Ross’s postlude, seven hundred densely packed pages later, is a moving description of his own early troubled life and Wagner’s increasingly important part in it: ‘Many people have gone away from Wagner feeling uplifted, empowered, aggrandized. For me, he has more often brought revelations of my stupidity, my self-pity, my absurdity – in other words, my humanity.’ This might well be the experience of many. His final reflection is sobering, thought-provoking, and poetic:

When we look at Wagner, we are gazing into a magnifying mirror of the soul of the human species. What we hate in it, we hate in ourselves; what we love in it, we love in ourselves also. In the distance we may catch glimpses of some higher realm, some glimmering temple, some ecstasy of knowledge and compassion. But it is only a shadow on the wall, an echo from the pit. The vision fades, the curtain falls, and we shuffle back in silence to the world as it is.

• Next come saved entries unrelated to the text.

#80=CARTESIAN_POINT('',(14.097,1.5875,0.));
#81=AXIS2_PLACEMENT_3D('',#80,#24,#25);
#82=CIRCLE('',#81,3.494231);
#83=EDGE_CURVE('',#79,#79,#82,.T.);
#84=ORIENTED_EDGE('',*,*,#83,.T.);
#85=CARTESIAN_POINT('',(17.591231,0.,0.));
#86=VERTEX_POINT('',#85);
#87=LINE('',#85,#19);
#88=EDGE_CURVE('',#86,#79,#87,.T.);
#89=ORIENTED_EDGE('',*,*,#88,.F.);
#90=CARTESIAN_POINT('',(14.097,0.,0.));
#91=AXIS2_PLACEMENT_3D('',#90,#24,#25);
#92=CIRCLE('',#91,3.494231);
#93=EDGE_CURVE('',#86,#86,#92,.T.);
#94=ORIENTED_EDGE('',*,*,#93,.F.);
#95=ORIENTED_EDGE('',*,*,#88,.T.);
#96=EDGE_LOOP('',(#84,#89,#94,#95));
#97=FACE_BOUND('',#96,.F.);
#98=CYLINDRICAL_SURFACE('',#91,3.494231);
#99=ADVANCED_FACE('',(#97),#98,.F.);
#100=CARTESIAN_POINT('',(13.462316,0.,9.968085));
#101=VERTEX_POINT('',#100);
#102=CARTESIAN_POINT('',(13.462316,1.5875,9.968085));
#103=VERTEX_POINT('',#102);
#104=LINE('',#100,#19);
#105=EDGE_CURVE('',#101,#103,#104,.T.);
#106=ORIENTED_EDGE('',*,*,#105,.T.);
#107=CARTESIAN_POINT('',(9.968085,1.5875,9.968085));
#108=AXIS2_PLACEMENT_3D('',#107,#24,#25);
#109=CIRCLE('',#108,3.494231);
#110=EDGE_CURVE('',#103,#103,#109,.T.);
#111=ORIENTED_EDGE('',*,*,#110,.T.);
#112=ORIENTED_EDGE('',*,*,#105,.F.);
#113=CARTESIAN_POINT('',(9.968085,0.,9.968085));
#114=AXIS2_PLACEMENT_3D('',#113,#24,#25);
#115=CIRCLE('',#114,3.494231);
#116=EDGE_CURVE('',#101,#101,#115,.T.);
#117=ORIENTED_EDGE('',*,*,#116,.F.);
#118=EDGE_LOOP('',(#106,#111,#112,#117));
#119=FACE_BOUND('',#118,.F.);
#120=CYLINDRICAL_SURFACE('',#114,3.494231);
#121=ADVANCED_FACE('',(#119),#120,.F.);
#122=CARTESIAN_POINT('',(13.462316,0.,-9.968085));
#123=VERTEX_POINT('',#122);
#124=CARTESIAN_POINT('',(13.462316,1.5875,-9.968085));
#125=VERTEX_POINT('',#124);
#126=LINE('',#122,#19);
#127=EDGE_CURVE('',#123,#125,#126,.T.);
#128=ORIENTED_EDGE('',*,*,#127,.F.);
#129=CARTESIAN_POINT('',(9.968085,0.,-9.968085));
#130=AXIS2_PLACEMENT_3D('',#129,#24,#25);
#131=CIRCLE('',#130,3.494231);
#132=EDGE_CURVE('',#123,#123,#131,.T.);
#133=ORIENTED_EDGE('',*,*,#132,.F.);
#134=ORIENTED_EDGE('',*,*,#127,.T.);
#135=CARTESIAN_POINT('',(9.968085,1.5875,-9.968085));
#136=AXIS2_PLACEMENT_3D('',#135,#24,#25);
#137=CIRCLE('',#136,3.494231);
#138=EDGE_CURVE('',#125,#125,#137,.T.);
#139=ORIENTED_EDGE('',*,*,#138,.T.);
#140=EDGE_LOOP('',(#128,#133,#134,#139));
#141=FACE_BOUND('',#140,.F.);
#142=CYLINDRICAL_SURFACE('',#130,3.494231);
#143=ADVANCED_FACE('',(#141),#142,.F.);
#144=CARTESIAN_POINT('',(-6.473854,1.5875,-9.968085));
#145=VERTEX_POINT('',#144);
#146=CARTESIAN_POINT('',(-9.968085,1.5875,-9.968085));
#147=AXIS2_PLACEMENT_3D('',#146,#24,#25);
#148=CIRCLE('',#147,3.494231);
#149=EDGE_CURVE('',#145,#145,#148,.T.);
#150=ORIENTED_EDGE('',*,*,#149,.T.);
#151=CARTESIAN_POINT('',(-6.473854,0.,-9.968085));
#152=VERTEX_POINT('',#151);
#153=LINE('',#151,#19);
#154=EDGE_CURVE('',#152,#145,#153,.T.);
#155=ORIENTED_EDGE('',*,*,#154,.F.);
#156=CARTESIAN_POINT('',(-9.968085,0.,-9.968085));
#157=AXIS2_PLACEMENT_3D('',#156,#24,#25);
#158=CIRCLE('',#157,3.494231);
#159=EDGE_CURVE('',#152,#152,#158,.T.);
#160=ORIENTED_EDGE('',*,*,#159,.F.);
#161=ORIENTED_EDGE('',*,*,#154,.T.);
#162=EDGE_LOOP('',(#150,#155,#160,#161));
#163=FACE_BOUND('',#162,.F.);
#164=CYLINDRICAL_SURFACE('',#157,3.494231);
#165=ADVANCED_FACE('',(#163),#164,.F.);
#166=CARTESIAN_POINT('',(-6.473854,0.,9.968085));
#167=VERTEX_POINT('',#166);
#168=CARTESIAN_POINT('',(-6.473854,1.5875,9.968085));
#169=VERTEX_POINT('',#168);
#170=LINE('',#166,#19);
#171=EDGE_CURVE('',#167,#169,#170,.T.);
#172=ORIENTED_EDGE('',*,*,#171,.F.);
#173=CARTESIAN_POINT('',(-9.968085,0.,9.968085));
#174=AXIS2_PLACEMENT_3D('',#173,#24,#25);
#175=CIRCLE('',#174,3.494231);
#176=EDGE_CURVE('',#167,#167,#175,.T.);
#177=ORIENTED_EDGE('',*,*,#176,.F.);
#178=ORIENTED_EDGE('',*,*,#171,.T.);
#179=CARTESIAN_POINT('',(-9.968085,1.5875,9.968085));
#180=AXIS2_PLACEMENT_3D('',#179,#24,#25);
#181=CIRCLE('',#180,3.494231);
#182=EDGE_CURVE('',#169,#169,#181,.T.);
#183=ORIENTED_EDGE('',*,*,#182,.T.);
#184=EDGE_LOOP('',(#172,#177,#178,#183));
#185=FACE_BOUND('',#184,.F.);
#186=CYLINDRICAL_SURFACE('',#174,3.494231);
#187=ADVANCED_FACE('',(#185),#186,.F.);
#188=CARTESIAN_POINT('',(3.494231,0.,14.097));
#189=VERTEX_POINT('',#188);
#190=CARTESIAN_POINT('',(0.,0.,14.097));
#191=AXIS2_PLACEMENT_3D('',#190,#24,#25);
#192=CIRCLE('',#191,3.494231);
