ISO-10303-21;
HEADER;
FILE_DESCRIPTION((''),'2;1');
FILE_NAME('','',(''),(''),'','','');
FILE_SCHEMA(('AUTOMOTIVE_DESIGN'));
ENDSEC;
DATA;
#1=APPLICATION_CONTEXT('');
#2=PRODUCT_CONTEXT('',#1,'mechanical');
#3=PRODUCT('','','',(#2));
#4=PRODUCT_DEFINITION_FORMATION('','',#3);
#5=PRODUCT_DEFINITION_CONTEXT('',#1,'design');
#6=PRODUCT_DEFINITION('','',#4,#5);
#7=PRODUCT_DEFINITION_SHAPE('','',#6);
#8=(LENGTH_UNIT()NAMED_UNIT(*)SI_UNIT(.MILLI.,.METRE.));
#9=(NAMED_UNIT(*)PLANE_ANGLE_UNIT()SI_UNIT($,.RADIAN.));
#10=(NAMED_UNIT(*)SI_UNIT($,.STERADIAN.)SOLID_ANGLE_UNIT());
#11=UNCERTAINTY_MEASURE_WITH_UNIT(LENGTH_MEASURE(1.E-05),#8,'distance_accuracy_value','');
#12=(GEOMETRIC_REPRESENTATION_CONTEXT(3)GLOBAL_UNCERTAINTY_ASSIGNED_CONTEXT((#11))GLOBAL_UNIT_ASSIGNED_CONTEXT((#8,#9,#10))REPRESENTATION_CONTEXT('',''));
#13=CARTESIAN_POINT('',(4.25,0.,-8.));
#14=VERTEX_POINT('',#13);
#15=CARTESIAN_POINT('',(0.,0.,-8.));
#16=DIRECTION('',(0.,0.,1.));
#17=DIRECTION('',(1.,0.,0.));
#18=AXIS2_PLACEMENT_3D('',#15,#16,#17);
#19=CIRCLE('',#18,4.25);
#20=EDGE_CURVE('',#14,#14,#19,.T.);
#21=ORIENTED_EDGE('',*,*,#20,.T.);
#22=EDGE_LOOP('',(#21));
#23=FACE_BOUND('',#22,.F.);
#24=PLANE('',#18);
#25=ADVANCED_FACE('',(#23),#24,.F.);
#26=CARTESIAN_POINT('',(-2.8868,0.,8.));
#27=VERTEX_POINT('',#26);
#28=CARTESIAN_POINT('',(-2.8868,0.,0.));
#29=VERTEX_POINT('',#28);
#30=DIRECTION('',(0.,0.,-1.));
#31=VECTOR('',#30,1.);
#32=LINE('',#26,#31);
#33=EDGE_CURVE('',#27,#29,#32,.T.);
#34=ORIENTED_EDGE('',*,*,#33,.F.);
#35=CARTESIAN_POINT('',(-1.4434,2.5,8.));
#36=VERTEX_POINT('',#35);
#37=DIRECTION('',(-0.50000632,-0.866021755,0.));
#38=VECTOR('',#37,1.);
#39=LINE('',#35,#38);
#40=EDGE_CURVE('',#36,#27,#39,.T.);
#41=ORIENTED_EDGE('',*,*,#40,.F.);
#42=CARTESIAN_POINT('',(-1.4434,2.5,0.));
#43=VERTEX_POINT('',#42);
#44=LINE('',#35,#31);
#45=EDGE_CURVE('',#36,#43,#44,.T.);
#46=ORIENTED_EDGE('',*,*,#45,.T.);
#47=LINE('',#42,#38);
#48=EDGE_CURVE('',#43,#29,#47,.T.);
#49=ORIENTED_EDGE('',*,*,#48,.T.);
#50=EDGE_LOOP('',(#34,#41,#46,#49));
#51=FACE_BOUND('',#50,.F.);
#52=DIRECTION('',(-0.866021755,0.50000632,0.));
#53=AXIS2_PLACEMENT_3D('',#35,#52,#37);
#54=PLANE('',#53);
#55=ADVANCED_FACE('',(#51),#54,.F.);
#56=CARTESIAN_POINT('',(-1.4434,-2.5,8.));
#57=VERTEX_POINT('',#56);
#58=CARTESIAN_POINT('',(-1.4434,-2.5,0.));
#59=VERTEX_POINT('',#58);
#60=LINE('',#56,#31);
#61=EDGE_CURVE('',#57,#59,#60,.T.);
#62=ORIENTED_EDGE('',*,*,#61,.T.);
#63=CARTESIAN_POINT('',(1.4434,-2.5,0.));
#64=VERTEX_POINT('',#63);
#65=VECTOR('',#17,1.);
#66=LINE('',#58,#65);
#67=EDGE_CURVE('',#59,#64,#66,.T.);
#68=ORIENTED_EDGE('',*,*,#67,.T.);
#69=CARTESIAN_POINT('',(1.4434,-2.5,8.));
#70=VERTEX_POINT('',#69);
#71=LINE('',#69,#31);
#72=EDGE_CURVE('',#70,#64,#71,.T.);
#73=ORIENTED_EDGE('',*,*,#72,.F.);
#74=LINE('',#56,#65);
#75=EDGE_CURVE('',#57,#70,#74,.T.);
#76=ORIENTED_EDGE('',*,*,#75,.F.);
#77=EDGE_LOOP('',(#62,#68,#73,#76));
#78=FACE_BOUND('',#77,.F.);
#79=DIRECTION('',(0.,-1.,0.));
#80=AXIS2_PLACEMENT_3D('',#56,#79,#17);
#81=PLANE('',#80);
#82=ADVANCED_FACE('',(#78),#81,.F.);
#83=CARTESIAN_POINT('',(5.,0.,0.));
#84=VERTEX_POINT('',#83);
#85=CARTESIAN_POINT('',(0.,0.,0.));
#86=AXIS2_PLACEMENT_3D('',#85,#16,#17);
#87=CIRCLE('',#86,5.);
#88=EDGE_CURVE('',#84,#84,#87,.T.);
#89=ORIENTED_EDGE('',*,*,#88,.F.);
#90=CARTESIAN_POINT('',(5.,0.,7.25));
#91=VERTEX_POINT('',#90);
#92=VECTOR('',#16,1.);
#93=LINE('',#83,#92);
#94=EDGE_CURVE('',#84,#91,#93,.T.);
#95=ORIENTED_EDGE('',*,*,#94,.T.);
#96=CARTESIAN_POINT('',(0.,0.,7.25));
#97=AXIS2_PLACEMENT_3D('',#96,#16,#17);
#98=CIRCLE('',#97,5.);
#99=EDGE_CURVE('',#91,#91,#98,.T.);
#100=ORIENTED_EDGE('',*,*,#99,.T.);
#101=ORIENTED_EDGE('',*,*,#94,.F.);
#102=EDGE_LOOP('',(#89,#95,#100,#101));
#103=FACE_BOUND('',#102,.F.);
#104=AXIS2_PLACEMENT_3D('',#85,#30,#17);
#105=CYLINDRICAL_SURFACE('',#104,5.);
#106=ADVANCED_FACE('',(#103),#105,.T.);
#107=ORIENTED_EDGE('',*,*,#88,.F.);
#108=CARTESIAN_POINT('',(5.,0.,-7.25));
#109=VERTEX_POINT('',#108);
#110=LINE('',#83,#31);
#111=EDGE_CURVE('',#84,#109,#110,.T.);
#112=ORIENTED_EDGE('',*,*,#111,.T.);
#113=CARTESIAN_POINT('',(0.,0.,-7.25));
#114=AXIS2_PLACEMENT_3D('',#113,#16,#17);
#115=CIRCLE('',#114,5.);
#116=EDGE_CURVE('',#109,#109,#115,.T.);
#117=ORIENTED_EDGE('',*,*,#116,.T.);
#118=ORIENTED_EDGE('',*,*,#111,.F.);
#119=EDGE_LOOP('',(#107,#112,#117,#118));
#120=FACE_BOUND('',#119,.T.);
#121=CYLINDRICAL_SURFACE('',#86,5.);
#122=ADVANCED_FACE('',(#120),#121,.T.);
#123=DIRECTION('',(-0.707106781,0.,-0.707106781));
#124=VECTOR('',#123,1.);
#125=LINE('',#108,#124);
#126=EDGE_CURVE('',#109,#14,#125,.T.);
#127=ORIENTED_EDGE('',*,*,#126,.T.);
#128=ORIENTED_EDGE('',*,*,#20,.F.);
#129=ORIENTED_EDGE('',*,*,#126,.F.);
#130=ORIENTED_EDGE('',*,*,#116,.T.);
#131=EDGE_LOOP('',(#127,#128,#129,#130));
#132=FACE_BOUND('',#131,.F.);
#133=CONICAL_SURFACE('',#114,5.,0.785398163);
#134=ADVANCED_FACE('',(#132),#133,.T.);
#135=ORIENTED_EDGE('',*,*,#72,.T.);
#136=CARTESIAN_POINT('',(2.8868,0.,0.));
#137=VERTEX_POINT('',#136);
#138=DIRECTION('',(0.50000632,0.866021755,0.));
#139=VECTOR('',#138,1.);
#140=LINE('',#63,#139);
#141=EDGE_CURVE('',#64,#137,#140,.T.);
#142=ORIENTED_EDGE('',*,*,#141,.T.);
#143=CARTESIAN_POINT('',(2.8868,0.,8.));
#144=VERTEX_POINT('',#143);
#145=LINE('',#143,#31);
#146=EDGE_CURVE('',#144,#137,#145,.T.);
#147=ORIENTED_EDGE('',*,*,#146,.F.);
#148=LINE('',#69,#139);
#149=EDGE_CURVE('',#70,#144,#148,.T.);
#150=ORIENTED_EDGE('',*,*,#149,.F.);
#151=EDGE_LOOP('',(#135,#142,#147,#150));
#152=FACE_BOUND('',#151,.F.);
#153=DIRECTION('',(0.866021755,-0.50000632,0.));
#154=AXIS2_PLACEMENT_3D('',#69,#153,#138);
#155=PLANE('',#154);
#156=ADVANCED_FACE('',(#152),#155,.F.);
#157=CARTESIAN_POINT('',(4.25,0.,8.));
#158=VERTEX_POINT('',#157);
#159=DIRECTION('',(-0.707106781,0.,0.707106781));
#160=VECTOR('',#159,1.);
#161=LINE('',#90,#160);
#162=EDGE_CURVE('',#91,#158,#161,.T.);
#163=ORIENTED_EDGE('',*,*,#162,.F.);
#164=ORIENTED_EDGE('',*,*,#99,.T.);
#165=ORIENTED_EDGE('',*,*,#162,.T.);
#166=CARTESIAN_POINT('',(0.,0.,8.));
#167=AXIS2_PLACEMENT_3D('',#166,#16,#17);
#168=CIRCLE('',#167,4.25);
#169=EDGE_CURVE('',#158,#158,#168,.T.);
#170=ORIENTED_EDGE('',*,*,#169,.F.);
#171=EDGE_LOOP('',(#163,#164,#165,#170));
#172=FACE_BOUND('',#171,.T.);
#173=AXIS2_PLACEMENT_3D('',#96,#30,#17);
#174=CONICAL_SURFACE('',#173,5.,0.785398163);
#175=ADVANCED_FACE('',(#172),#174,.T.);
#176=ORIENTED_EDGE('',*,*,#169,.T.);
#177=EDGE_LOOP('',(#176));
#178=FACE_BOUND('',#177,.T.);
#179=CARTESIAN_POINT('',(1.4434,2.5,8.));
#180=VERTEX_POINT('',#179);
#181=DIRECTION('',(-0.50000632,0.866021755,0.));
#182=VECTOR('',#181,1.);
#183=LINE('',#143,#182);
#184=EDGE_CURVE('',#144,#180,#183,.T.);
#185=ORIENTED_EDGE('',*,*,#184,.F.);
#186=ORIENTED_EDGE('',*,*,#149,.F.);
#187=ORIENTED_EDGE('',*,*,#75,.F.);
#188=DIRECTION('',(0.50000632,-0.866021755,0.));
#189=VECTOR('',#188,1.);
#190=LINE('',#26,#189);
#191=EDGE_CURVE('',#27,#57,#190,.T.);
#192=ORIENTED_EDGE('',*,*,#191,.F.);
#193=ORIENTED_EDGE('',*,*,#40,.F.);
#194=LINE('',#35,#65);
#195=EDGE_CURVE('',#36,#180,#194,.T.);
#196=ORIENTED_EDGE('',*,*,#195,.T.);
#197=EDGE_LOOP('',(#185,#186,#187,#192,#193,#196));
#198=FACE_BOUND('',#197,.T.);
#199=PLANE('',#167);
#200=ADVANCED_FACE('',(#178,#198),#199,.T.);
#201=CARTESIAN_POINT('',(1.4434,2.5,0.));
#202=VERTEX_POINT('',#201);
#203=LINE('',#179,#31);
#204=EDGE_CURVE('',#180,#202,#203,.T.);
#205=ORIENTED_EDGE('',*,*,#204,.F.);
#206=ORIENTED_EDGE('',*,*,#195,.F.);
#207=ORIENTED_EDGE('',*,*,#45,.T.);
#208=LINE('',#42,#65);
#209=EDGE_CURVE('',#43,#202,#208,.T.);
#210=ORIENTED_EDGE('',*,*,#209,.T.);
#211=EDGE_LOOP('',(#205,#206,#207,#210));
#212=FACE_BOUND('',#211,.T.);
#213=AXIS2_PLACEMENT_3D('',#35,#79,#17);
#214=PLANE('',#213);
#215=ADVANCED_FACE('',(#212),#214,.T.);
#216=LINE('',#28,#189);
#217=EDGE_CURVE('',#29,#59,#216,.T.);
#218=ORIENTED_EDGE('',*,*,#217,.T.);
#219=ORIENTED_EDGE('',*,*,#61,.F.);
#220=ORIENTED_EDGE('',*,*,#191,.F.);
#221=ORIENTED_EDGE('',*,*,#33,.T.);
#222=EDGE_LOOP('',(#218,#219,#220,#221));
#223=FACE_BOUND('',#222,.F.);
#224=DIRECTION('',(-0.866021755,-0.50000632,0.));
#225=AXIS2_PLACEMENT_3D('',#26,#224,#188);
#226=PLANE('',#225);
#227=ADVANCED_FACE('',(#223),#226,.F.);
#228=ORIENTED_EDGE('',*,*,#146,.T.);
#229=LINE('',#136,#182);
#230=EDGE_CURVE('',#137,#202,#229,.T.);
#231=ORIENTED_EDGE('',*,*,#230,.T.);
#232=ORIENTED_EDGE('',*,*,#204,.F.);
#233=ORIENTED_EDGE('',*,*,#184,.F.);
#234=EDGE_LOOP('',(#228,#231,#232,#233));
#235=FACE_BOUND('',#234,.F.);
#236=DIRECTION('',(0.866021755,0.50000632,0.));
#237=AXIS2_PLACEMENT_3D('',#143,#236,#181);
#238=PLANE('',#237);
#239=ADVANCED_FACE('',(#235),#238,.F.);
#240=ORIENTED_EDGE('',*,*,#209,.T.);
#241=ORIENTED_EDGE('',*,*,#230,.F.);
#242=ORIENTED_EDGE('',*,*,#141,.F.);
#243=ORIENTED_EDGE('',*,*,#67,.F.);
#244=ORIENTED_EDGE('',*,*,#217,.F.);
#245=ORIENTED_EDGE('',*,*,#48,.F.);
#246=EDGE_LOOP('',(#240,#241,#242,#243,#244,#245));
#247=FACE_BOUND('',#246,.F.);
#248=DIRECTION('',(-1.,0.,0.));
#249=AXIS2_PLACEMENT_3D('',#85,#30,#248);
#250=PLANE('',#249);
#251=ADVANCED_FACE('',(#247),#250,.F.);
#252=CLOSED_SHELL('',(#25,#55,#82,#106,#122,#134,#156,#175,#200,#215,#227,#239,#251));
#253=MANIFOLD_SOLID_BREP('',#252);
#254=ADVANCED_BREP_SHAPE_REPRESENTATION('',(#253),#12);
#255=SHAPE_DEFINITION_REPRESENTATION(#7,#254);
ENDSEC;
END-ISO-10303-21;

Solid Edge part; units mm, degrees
sketch "Sketch1" plane through (0, 0, 0) normal (0, 0, 1) x (1, 0, 0)
  circle A0 centre (0, 0) radius 5
  dimension "D1" = 10
extrude "Protrusion1" add sketch "Sketch1" along normal mid plane 16
chamfer "Chamfer1" distance 0.75 angle 45 2 edges at (-5, 0, -8) (-5, 0, 8)
sketch "Sketch2" plane through (0, 0, 8) normal (0, 0, 1) x (1, 0, 0)
  line L0 (-1.4434, 2.5) -> (1.4434, 2.5)
  line L1 (2.8868, 0) -> (1.4434, 2.5)
  line L2 (1.4434, -2.5) -> (2.8868, 0)
  line L3 (-1.4434, -2.5) -> (1.4434, -2.5)
  line L4 (-2.8868, 0) -> (-1.4434, -2.5)
  line L5 (-1.4434, 2.5) -> (-2.8868, 0)
  dimension "D1" = 5
extrude "Cutout1" cut sketch "Sketch2" against normal blind 8
properties part number "113542"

This is a sometimes frustrating, at times even maddening, but always exhilarating and profoundly impressive, stylishly written book. Occasionally, the excavations of little-known aspects of Wagnerism appear gratuitous, but Wagnerism is a work of prodigious scholarship and deep understanding of the subject, garnered from a staggering variety of sources over a period of twelve years: well worth the time investment.